# Exercise details
Using the records below, quote only the span that opens with the line containing "f 221 219 375" and closes with the line containing "f 284 280 388", exactly and inclusively.

# Records to use
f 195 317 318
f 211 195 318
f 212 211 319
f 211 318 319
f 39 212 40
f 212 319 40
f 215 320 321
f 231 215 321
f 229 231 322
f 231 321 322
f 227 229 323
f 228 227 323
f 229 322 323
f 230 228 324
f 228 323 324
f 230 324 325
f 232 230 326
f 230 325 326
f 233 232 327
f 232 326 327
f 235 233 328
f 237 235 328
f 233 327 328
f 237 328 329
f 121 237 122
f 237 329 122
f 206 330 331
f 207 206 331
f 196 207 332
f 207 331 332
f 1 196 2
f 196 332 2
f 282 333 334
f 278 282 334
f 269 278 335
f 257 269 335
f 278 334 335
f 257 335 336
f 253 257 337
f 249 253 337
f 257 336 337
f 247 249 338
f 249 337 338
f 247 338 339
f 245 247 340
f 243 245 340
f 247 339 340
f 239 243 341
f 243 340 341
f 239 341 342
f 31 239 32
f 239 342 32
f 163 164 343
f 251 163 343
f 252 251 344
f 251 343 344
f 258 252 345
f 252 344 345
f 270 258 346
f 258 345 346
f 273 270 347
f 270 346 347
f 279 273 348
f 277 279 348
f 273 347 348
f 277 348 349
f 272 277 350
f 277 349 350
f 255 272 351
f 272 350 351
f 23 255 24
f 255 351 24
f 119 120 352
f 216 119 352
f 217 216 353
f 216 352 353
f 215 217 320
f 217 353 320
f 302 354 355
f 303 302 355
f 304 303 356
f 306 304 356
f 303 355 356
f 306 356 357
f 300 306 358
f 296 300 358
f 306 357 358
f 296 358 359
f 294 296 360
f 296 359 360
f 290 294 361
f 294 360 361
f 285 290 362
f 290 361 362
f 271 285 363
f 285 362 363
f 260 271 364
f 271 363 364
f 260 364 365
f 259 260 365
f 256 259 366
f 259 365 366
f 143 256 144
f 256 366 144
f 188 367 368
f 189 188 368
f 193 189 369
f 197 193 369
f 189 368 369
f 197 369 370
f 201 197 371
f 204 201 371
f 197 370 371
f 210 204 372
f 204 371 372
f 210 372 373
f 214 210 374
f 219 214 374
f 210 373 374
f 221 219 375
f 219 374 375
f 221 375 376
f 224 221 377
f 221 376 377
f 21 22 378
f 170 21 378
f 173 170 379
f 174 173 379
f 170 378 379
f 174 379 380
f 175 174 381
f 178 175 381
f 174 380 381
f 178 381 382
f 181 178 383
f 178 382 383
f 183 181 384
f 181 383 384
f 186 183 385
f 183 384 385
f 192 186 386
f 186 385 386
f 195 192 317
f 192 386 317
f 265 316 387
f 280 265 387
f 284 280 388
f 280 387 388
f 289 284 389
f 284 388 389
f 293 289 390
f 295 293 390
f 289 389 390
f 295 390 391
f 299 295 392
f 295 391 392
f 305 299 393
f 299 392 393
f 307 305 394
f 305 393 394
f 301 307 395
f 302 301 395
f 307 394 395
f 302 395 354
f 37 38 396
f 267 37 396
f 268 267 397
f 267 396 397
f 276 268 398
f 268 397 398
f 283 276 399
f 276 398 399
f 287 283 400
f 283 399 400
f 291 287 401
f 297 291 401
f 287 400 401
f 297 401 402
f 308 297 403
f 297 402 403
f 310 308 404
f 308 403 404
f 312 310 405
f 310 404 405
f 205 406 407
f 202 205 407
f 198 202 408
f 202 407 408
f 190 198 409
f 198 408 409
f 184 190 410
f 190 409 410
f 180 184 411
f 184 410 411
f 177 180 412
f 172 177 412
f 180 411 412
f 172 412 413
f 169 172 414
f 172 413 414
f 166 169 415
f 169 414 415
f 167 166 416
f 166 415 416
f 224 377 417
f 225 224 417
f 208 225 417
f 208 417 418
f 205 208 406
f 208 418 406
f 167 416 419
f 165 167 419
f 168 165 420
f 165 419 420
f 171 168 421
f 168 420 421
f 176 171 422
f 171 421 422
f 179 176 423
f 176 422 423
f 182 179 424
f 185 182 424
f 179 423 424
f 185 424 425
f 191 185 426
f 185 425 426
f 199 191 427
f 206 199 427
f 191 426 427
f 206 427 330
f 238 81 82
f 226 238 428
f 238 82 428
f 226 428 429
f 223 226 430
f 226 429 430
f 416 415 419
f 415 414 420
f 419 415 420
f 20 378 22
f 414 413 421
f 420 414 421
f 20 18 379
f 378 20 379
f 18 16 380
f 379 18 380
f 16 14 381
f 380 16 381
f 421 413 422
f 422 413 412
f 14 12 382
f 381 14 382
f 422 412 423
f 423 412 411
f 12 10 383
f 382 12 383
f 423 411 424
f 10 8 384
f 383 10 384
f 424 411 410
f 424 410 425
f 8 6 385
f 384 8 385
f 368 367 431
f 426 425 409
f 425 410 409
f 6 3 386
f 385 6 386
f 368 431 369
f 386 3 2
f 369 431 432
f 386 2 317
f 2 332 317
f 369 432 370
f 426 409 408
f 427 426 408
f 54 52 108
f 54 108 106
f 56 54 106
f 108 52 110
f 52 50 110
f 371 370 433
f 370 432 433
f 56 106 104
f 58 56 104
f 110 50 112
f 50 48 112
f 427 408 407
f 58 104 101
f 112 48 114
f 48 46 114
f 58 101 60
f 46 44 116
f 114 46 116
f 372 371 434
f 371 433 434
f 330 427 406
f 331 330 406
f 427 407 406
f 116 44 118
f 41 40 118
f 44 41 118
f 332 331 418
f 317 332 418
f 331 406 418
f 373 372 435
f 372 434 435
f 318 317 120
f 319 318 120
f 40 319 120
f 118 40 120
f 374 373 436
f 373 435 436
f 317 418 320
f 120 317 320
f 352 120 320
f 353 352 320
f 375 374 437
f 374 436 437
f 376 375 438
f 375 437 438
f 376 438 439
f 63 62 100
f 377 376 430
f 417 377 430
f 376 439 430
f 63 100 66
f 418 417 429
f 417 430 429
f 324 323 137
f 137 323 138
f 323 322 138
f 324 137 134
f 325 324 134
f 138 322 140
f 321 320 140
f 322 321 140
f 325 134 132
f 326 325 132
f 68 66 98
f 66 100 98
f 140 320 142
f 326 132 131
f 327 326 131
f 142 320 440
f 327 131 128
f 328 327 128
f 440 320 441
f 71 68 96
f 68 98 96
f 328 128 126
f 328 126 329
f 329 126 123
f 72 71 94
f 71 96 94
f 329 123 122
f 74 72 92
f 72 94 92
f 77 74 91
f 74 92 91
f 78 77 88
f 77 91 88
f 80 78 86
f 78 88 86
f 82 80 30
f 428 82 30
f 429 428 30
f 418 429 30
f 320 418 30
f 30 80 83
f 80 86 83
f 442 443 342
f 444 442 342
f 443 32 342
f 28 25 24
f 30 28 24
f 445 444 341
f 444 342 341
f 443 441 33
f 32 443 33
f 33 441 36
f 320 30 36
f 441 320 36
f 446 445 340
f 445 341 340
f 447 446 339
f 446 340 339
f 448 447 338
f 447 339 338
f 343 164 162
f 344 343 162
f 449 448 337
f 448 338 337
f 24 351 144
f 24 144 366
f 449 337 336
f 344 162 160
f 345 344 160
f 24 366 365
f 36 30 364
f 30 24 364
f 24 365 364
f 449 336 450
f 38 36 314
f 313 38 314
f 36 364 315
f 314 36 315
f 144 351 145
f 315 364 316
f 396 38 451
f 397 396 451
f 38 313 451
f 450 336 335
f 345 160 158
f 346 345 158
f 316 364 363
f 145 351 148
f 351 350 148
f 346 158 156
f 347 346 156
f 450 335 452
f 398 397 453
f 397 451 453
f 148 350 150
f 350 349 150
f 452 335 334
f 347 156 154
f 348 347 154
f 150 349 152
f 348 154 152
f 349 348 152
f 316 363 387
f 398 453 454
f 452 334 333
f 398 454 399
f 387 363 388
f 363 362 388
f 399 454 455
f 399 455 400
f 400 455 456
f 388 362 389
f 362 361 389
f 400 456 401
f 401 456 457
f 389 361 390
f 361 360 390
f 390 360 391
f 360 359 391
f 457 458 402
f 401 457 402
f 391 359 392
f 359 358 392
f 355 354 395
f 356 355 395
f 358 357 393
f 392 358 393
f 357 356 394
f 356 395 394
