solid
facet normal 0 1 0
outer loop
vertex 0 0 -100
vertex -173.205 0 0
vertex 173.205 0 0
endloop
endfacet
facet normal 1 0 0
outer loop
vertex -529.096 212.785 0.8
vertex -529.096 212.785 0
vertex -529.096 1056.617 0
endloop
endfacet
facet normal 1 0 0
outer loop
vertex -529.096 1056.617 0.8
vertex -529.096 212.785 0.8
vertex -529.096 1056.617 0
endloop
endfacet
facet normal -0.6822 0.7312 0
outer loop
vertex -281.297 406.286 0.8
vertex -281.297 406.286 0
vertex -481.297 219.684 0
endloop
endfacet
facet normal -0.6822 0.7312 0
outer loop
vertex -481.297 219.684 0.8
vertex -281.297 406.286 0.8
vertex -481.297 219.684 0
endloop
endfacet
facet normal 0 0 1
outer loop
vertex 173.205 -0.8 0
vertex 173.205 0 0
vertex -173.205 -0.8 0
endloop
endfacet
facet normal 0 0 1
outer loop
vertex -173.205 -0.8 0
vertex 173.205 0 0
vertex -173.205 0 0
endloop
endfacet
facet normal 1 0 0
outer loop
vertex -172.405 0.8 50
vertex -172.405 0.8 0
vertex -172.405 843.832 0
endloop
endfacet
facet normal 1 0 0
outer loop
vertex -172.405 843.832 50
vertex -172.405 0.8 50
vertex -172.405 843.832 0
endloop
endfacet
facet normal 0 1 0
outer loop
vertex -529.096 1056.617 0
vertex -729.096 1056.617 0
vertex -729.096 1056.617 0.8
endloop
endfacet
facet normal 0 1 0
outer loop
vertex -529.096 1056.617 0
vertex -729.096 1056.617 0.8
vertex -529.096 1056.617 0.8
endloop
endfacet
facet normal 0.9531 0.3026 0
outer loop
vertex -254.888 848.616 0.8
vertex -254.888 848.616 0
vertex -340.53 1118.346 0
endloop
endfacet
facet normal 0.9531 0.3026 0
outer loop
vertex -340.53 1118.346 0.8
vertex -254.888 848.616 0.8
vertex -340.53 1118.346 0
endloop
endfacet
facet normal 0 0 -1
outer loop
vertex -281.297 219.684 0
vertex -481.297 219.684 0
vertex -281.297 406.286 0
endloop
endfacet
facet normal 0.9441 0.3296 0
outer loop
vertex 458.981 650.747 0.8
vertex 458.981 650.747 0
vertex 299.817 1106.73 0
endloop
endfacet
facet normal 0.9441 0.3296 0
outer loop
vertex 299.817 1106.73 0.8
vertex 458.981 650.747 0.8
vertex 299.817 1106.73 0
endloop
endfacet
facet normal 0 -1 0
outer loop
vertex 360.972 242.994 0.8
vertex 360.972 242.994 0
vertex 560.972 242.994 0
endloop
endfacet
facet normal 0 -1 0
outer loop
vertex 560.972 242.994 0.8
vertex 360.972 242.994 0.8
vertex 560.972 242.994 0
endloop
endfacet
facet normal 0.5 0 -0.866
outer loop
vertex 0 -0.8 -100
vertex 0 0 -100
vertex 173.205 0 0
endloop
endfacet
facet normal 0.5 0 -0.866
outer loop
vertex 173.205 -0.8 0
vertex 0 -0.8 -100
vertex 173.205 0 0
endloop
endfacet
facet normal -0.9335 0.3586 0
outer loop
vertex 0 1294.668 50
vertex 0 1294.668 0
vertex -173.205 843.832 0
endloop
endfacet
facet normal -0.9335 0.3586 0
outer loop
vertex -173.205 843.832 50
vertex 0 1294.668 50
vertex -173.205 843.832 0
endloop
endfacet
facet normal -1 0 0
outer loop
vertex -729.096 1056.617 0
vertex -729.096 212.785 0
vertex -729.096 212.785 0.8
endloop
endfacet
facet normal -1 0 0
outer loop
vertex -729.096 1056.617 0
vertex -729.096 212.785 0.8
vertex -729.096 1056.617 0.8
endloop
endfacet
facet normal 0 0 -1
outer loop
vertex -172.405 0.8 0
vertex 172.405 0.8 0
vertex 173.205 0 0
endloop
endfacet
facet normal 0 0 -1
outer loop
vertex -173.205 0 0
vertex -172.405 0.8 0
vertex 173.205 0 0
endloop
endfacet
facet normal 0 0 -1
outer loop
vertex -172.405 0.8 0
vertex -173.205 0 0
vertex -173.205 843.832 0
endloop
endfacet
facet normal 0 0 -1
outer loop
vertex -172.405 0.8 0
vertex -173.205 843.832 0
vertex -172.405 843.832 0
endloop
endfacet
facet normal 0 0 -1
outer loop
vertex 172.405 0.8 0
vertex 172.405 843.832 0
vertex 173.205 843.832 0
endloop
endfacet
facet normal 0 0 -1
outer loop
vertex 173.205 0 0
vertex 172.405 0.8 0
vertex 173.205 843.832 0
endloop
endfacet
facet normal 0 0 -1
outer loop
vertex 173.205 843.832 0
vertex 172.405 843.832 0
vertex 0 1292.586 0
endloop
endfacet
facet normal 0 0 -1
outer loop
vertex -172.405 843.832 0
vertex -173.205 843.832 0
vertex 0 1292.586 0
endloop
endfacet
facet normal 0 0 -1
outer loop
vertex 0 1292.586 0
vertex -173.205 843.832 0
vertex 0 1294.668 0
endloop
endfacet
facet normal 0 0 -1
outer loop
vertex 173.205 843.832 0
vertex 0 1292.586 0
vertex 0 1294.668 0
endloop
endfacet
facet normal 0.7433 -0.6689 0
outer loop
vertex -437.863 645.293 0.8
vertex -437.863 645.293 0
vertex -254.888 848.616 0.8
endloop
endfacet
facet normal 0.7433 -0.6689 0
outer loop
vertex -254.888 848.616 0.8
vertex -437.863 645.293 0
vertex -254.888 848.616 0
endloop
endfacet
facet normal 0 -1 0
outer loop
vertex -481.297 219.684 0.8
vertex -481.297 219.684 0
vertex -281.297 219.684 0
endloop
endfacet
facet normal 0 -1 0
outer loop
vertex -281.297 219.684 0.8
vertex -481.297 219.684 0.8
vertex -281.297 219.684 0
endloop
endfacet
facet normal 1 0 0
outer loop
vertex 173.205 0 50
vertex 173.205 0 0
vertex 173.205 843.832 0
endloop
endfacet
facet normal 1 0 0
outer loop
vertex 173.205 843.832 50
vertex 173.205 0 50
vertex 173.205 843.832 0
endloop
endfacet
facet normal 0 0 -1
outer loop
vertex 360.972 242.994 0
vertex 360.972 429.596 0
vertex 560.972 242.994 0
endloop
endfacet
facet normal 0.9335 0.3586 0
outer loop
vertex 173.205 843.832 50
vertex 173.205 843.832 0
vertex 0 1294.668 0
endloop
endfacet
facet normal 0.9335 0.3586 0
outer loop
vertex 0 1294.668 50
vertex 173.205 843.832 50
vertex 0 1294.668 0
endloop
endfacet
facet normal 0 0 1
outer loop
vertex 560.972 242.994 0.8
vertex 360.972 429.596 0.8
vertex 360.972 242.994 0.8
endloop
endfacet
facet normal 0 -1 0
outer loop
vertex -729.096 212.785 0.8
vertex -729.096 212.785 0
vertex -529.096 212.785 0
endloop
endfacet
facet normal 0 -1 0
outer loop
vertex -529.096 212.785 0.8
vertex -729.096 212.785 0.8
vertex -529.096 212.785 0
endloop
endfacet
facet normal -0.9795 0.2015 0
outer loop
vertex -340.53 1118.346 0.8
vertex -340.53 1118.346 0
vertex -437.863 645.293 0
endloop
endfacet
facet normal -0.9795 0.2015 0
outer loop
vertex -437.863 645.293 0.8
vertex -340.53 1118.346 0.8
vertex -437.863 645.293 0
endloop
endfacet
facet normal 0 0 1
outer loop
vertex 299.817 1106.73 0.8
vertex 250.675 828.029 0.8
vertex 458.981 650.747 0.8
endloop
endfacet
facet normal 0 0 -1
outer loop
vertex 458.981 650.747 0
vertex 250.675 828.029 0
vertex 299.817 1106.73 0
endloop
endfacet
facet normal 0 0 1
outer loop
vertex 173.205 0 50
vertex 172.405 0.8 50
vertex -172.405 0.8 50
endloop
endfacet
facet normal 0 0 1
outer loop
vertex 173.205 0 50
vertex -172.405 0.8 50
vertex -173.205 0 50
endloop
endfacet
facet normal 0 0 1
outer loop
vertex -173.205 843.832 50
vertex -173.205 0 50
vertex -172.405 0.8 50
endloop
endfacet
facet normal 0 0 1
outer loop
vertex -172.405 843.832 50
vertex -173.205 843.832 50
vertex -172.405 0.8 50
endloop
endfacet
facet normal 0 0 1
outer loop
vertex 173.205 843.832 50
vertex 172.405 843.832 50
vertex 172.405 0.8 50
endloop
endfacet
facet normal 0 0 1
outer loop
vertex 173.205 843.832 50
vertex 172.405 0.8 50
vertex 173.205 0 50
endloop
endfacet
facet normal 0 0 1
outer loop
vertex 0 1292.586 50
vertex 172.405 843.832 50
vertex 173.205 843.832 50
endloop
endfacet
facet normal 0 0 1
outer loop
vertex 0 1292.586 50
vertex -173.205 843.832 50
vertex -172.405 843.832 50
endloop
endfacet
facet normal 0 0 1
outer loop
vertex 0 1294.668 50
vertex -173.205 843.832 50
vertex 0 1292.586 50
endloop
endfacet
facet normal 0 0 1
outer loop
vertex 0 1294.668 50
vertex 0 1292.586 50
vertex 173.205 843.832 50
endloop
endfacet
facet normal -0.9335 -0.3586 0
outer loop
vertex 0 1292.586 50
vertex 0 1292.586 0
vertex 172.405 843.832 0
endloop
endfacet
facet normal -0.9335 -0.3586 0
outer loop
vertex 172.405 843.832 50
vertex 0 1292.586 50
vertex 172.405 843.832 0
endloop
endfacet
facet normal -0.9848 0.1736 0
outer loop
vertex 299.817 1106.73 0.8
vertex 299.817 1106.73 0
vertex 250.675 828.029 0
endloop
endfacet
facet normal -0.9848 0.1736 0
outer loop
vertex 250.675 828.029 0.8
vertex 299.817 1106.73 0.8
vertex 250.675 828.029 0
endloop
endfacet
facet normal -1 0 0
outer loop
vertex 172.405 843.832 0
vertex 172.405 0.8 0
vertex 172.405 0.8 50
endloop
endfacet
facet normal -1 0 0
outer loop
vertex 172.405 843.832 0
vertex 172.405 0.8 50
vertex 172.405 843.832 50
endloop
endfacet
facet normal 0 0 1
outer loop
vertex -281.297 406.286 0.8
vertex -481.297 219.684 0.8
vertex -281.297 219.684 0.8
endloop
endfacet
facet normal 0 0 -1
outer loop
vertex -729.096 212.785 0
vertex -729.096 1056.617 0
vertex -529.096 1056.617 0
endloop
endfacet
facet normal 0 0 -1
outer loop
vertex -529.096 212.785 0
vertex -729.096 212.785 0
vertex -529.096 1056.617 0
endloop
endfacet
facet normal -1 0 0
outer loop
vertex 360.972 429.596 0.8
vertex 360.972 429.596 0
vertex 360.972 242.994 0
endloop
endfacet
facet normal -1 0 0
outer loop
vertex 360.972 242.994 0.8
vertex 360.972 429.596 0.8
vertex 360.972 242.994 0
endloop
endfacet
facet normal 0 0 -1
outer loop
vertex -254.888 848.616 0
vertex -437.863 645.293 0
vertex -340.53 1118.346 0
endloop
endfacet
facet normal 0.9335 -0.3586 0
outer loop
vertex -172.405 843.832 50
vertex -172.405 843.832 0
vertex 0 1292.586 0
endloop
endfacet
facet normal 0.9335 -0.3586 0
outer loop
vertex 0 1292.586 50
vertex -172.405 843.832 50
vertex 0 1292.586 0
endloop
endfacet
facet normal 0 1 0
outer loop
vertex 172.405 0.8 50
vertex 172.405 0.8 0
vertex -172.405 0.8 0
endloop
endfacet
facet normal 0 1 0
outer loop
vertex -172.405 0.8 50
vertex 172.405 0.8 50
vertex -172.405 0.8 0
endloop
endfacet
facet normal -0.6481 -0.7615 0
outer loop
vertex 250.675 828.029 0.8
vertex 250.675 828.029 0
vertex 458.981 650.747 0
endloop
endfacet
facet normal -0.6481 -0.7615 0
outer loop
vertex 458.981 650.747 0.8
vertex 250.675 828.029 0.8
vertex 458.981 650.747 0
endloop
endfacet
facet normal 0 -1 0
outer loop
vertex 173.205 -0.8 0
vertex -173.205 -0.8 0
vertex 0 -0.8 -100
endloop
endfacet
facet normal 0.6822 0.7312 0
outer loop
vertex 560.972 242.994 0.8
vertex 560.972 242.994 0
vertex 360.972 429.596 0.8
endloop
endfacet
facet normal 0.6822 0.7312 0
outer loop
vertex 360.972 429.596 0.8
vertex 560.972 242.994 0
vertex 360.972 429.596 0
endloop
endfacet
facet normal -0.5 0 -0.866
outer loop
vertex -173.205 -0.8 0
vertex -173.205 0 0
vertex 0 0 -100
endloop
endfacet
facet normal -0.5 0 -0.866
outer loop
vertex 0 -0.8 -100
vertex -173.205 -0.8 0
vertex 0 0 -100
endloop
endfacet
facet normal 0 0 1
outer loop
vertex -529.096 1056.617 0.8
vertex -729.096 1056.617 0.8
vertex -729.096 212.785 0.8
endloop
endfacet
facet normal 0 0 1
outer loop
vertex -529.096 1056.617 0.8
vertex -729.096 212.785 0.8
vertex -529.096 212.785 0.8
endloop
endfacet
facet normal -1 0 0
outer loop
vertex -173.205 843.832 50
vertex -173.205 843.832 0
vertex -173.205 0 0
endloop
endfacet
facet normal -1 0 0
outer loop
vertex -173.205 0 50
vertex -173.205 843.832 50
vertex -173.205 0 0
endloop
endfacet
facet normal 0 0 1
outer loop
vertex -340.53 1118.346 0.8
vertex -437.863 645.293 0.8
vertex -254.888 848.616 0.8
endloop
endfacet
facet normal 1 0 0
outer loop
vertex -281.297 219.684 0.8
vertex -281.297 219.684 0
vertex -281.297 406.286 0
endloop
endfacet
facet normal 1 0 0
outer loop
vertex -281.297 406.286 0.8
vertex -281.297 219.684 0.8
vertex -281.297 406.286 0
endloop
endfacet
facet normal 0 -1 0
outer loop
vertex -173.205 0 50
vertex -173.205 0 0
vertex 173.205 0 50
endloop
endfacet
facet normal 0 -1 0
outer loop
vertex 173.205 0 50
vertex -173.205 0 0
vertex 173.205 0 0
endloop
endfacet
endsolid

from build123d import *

# Parameters (mm, degrees)
F0_W      = 0.8
F0_H      = 843.032
F1_DEPTH  = 50
F0_W_2    = 172.405
F0_H_2    = 0.8
F2_DEPTH  = 50
F4_DEPTH  = 0.8
F5_W      = 200
F5_H      = 843.832
F6_DEPTH  = 0.8
F8_DEPTH  = 0.8
F10_DEPTH = 0.8
F12_DEPTH = 0.8
F14_DEPTH = 0.8


with BuildPart() as f1:
    # F0 (on Top) → F1 (new body)
    with BuildSketch(Plane.XY):
        with Locations((-172.805, 422.316)):
            Rectangle(F0_W, F0_H)
    extrude(amount=F1_DEPTH)

    # F0 (on Top) → F2 (join)
    with BuildSketch(Plane.XY):
        with Locations((-86.2025, 0.4)):
            Rectangle(F0_W_2, F0_H_2)
        with Locations((86.2025, 0.4)):
            Rectangle(F0_W_2, F0_H_2)
        with Locations((-172.805, 0.4)):
            Rectangle(F0_W, F0_H_2)
        with Locations((172.805, 0.4)):
            Rectangle(F0_W, F0_H_2)
        with Locations((-172.805, 422.316)):
            Rectangle(F0_W, F0_H)
        with Locations((172.805, 422.316)):
            Rectangle(F0_W, F0_H)
        Polygon((-173.205, 843.832), (-172.405, 843.832), (0, 1292.585885), (172.405, 843.832), (173.205, 843.832), (0, 1294.668209), align=None)
    extrude(amount=F2_DEPTH)


with BuildPart() as f4:
    # F3 (on Front) → F4 (new body)
    with BuildSketch(Plane.XZ):
        Polygon((173.205, 0), (0, 0), (0, -100), align=None)
        Polygon((0, -100), (0, 0), (-173.205, 0), align=None)
    extrude(amount=F4_DEPTH)


with BuildPart() as f6:
    # F5 (on Top) → F6 (new body)
    with BuildSketch(Plane.XY):
        with Locations((-629.095813, 634.701297)):
            Rectangle(F5_W, F5_H)
    extrude(amount=F6_DEPTH)


with BuildPart() as f8:
    # F7 (on Top) → F8 (new body)
    with BuildSketch(Plane.XY):
        Polygon((360.972251, 429.596173), (360.972251, 242.994173), (560.972251, 242.994173), align=None)
    extrude(amount=F8_DEPTH)


with BuildPart() as f10:
    # F9 (on Top) → F10 (new body)
    with BuildSketch(Plane.XY):
        Polygon((-481.296679, 219.683858), (-281.296679, 219.683858), (-281.296679, 406.285858), align=None)
    extrude(amount=F10_DEPTH)


with BuildPart() as f12:
    # F11 (on Top) → F12 (new body)
    with BuildSketch(Plane.XY):
        Polygon((-254.887716, 848.616024), (-340.530054, 1118.346241), (-437.863052, 645.292812), align=None)
    extrude(amount=F12_DEPTH)


with BuildPart() as f14:
    # F13 (on Top) → F14 (new body)
    with BuildSketch(Plane.XY):
        Polygon((458.98072, 650.746971), (299.81726, 1106.729704), (250.674826, 828.02911), align=None)
    extrude(amount=F14_DEPTH)


solid = Compound([f1.part, f4.part, f6.part, f8.part, f10.part, f12.part, f14.part])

# Finished task
f 221 219 375
f 219 374 375
f 221 375 376
f 224 221 377
f 221 376 377
f 21 22 378
f 170 21 378
f 173 170 379
f 174 173 379
f 170 378 379
f 174 379 380
f 175 174 381
f 178 175 381
f 174 380 381
f 178 381 382
f 181 178 383
f 178 382 383
f 183 181 384
f 181 383 384
f 186 183 385
f 183 384 385
f 192 186 386
f 186 385 386
f 195 192 317
f 192 386 317
f 265 316 387
f 280 265 387
f 284 280 388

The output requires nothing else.